While Dr. Fabricant did not offer much clarification with respect to many of the questions posed by Bass and the teleconference participants during the Q & A segment, he should be commended for his efforts to address the barrage the of questions he received as the representative of FDA.
Unfortunately, my initial impression is that while I think it is critical that industry submit organized, well prepared comments to FDA highlighting the aspects of the guidance document that, if enforced, would have a devastating affect on industry, small businesses and consumer access to the dietary supplements they have grown accustomed to using, I’m not sure that FDA intends to do much, if any revisions to the guidance document, short of clarifying certain segments.
Several very good questions were posed by call participants as well as Scott Bass, such as how FDA intends to manage and respond to the potential flood of new NDI notifications that it may receive as a result of this guidance, to which Dr. Fabricant indicated that he did not anticipate that FDA would have any problems responding within the 75-day period.

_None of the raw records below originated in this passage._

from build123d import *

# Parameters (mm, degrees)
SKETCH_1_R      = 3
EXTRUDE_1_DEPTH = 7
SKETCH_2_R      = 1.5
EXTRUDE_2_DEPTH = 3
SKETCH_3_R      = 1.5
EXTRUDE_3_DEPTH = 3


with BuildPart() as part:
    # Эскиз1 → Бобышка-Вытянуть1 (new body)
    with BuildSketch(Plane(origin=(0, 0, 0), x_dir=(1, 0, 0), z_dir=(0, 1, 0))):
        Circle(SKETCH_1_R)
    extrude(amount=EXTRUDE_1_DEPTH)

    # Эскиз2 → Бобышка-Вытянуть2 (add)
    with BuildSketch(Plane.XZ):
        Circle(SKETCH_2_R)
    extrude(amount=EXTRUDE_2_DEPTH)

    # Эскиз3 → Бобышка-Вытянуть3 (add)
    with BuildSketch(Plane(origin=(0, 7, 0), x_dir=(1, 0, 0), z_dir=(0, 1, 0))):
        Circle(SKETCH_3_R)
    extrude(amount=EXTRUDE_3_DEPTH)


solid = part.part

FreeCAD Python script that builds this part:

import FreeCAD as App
import Part
import Sketcher

doc = App.newDocument("Part")
body = doc.addObject("PartDesign::Body", "Body")

# Sketch on XZ plane
sketch1 = doc.addObject("Sketcher::SketchObject", "Sketch")
body.addObject(sketch1)
sketch1.AttachmentSupport = (doc.XZ_Plane, [""])
sketch1.MapMode = "FlatFace"
sketch1.addGeometry(Part.Circle(App.Vector(0, 0, 0), App.Vector(0, 0, 1), 3), False)
sketch1.addConstraint([
    Sketcher.Constraint("Coincident", 0, 3, -1, 1),
    Sketcher.Constraint("Diameter", 0, 6.0),
])
pad1 = doc.addObject("PartDesign::Pad", "Pad")
body.addObject(pad1)
pad1.Profile = sketch1
pad1.Length = 7
pad1.Reversed = True

# Sketch on XZ plane
sketch2 = doc.addObject("Sketcher::SketchObject", "Sketch001")
body.addObject(sketch2)
sketch2.AttachmentSupport = (doc.XZ_Plane, [""])
sketch2.MapMode = "FlatFace"
sketch2.addGeometry(Part.Circle(App.Vector(0, 0, 0), App.Vector(0, 0, 1), 1.5), False)
sketch2.addConstraint([
    Sketcher.Constraint("Coincident", 0, 3, -1, 1),
    Sketcher.Constraint("Diameter", 0, 3.0),
])
pad2 = doc.addObject("PartDesign::Pad", "Pad001")
body.addObject(pad2)
pad2.Profile = sketch2
pad2.Length = 3

# Sketch on XZ plane
sketch3 = doc.addObject("Sketcher::SketchObject", "Sketch002")
body.addObject(sketch3)
sketch3.AttachmentSupport = (doc.XZ_Plane, [""])
sketch3.MapMode = "FlatFace"
sketch3.AttachmentOffset = App.Placement(App.Vector(0, 0, -7), App.Rotation())
sketch3.addGeometry(Part.Circle(App.Vector(0, 0, 0), App.Vector(0, 0, 1), 1.5), False)
sketch3.addConstraint([
    Sketcher.Constraint("Coincident", 0, 3, -1, 1),
    Sketcher.Constraint("Diameter", 0, 3.0),
])
pad3 = doc.addObject("PartDesign::Pad", "Pad002")
body.addObject(pad3)
pad3.Profile = sketch3
pad3.Length = 3
pad3.Reversed = True

doc.recompute()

He also did not offer much clarification on the issue of a submission not being “complete” and therefore not triggering the 75 day clock, until FDA indicates the submission is complete, which could mean that relatively minor administrative details are missing or more substantive aspects of the submission have not been included.
In a very interesting response to a question regarding the issue of “synthetic” copies of herbal and botanical extracts, Dr. Fabricant seemed to indicate that while he believes that FDA has been clear in its position on synthetics, citing the ephedra rule and the FDA’s response to the homotaurine citizen petition as precedents, he suggested that their focus was on “synthetic botanicals,” not necessarily other ingredients, although it is unclear as to why FDA would take that position.
The one thing that is clear is that a strict adherence to this guidance document will result in many, many, many more NDI notification submissions for not only dietary ingredients, but for dietary supplement products that contain those NDIs, a situation that Dr. Fabricant stated he would love to see happen. The greatest debate may rest in the scope and sufficiency of the safety data submitted in support of new dietary ingredients as well as dietary supplements containing those ingredients. Compiling sufficient data to support safety of multi-ingredient / multi-NDI formulas may require clinical and toxicological tests on products (as well as the inevitable financial costs), which could, at a minimum, substantially delay the time it takes for a company to bring a new product to market, if not prevent products of this kind from being marketing entirely.
We will continue to stay abreast of these developments and to work with our clients to assess the affect this guidance document will have on the products they manufacture and/or sell and to help them with their compliance.